Als Ergänzung zu den Bestimmungen des berufsgenossenschaftlichen Regelwerks und den Betriebsanleitungen der Hersteller hat die Steinbruchs Berufsgenossenschaft darüber hinaus das „Merkblatt für den Einsatz von Betonpumpen“ herausgegeben. Das Merkblatt beinhaltet in bildlicher und plakativer Form Grund-anforderungen der Arbeitssicherheit und stellt die Verantwortlichkeiten für einen sicheren Pumpbetrieb dar. Dieses in abwaschbarer Folie eingeschweißte Merkblatt gehört mittlerweile zur Standardausrüstung auf jede Betonpumpe.

Es soll den Informationsaustausch zwischen Disposition, Betonpumpenmaschinisten und der Baustelle/Bauleitung über sicherheitsrelevante Aspekte verbessern. 

Der Betonumpen-Führerschein
Der Betonumpen-Führerschein

Zusammenfassung

In Deutschland bedienen ca. 1.500 Mitarbeiter Betonpumpen. Ein Drittel von ihnen hat in den letzten 10 Jahren die Ausbildung zum „Qualifizierten Betonpumpenmaschinisten“ erfolgreich abgeschlossen. Überwiegend kamen die Mitarbeiter aus größeren Betonpumpenbetreiberfirmen. Nur wenige Kleinunternehmer aus dieser Branche haben sich selbst oder ihre Mitarbeiter auf diesem Gebiet qualifiziert. Die Schadensbilanz der Personen- und Sachschäden spricht aber für eine Ausbildung von allen Bedienern von Betonpumpen sowie von Disponenten und Verantwortlichen auf der Baustelle.

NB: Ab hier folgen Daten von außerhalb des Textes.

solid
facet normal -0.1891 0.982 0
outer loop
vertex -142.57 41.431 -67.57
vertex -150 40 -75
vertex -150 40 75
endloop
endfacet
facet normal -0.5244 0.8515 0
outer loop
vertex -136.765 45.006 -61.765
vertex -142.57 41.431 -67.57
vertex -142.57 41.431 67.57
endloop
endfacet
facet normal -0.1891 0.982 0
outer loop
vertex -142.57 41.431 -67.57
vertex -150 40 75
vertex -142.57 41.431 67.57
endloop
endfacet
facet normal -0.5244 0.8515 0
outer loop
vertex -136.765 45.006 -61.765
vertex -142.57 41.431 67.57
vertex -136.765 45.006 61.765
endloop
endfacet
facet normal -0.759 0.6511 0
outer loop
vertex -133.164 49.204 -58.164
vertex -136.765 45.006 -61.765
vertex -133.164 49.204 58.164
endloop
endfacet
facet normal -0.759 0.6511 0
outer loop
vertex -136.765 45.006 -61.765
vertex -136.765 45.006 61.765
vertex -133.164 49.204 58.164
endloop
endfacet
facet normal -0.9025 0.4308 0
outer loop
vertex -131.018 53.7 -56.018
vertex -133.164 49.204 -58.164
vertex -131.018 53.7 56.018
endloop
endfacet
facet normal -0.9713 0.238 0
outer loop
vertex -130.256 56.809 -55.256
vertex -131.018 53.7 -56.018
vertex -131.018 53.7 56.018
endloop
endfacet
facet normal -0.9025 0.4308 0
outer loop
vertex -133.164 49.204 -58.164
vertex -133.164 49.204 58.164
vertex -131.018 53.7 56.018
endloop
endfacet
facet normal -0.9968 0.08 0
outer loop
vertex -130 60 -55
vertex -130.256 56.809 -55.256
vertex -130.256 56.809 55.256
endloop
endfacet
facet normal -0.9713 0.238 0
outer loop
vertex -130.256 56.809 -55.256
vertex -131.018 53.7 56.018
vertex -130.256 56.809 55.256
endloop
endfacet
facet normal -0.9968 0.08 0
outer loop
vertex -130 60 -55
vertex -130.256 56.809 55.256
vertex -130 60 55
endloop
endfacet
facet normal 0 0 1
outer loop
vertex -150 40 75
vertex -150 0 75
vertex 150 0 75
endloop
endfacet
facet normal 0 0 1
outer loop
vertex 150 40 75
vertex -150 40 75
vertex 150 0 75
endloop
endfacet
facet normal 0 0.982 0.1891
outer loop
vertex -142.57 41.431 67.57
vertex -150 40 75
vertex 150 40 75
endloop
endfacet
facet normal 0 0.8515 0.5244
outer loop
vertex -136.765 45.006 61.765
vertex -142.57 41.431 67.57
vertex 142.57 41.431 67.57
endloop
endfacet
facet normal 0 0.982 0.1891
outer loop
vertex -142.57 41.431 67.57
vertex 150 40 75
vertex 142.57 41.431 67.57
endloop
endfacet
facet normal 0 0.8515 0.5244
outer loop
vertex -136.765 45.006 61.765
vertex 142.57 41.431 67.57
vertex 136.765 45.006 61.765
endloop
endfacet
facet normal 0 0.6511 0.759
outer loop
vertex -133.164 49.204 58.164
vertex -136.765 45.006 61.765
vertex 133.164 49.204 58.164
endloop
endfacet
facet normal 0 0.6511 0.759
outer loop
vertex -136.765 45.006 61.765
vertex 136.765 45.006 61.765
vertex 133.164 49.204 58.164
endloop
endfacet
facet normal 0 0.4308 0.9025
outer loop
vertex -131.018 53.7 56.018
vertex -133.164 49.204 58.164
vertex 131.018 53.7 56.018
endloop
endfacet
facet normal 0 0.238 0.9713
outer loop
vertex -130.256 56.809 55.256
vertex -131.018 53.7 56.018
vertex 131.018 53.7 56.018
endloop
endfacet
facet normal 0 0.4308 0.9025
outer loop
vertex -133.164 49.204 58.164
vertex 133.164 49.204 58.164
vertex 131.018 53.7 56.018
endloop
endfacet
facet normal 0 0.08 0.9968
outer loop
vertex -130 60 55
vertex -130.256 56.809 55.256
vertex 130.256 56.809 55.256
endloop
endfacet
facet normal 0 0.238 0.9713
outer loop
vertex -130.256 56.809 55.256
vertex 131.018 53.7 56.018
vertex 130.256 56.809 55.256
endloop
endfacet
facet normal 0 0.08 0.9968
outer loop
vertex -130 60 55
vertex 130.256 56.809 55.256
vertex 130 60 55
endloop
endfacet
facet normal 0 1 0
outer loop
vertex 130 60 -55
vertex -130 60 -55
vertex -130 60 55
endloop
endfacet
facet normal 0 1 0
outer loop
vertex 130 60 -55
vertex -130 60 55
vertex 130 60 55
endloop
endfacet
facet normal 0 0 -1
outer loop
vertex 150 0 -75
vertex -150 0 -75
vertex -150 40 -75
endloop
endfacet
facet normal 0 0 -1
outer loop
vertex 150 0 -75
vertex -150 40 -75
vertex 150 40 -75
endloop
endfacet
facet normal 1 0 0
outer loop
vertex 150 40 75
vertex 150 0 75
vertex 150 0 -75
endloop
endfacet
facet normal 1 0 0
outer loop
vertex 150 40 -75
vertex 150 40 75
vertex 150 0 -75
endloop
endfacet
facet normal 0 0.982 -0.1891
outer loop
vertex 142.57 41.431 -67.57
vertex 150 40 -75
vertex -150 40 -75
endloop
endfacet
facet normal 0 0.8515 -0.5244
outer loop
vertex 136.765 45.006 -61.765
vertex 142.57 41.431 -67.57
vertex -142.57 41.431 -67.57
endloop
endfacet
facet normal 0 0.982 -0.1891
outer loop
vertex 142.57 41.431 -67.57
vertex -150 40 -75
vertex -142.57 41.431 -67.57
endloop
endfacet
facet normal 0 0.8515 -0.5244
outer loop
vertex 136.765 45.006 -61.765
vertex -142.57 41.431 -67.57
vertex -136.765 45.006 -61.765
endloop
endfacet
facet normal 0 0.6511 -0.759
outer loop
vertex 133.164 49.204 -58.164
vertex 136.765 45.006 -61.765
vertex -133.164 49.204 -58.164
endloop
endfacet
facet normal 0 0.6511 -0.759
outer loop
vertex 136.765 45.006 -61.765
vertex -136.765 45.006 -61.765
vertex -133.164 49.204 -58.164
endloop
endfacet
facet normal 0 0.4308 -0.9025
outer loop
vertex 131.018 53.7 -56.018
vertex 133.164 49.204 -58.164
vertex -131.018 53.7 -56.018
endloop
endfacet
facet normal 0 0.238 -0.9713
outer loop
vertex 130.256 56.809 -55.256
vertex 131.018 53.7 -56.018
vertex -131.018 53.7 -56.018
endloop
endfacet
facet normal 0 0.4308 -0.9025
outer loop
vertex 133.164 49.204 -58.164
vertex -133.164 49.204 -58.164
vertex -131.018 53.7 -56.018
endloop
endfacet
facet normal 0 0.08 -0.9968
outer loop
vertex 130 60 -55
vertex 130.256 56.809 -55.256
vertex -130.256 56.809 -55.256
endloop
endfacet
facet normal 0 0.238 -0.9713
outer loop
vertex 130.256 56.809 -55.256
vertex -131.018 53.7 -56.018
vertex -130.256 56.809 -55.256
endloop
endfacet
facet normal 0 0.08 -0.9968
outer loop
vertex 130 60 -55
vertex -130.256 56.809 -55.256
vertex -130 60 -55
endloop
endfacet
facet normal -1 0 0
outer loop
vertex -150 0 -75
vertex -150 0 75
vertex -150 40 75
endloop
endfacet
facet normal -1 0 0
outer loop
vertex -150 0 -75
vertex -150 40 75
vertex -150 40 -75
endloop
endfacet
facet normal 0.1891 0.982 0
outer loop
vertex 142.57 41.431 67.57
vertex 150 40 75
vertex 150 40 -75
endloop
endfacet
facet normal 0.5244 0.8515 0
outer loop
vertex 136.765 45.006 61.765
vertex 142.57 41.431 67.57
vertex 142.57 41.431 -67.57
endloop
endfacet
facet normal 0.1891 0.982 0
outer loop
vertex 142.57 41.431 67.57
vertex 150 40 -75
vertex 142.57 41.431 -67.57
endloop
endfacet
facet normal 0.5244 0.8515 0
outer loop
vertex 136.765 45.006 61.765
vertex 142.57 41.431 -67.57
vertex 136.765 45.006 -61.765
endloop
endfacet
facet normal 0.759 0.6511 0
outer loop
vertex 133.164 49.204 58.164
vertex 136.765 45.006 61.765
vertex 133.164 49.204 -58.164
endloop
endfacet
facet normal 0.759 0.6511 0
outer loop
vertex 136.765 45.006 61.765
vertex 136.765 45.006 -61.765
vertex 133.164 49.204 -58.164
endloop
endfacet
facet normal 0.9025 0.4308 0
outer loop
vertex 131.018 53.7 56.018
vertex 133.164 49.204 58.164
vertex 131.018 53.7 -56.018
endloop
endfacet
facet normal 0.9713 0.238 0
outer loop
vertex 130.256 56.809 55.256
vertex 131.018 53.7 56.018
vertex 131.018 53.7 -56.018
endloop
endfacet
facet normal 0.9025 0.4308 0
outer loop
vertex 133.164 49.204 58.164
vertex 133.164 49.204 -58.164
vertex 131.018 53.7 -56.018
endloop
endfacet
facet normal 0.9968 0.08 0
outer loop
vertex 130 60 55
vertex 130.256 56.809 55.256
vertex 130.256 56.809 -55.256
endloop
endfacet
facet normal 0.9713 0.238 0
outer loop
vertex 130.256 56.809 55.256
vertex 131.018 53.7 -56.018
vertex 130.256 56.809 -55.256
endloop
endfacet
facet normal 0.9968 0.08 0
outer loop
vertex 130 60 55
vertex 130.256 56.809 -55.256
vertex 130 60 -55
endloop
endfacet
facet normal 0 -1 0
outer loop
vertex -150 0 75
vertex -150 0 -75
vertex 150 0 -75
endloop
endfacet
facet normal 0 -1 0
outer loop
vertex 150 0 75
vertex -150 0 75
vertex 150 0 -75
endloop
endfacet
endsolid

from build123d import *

# Parameters (mm, degrees)
SKETCH2_W           = 300
SKETCH2_H           = 150
BOSS_EXTRUDE1_DEPTH = 60
SKETCH3_R           = 20


with BuildPart() as part:
    # Sketch2 → Boss-Extrude1 (new body)
    with BuildSketch(Plane(origin=(0, 0, 0), x_dir=(1, 0, 0), z_dir=(0, 1, 0))):
        Rectangle(SKETCH2_W, SKETCH2_H)
    extrude(amount=BOSS_EXTRUDE1_DEPTH)

    # Cut-Sweep3: sweep along a path in Sketch4
    with BuildLine(Plane(origin=(0, 60, 0), x_dir=(1, 0, 0), z_dir=(0, 1, 0))) as cut_sweep3_path:
        Line((-150, 75), (-150, -75))
        Line((-150, -75), (150, -75))
        Line((150, -75), (150, 75))
        Line((150, 75), (-150, 75))
    # Sketch3 → Cut-Sweep3 (sweep, cut)
    with BuildSketch(Plane.XY):
        with Locations((150, 60)):
            Circle(SKETCH3_R)
    sweep(path=cut_sweep3_path.line, transition=Transition.RIGHT, mode=Mode.SUBTRACT)


solid = part.part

Die Steinbruchs-Berufsgenossenschaft bietet ihren Mitgliedsunternehmen einen Anreiz zur Ausbildung. Das seit 2005 eingeführte Prämiensystem berücksichtigt auch die Ausbildung zum qualifizierten Betonpumpenmaschinisten.

Die Ausbildung lohnt sich also zweifach: geschultes Personal und finanzieller Anreiz.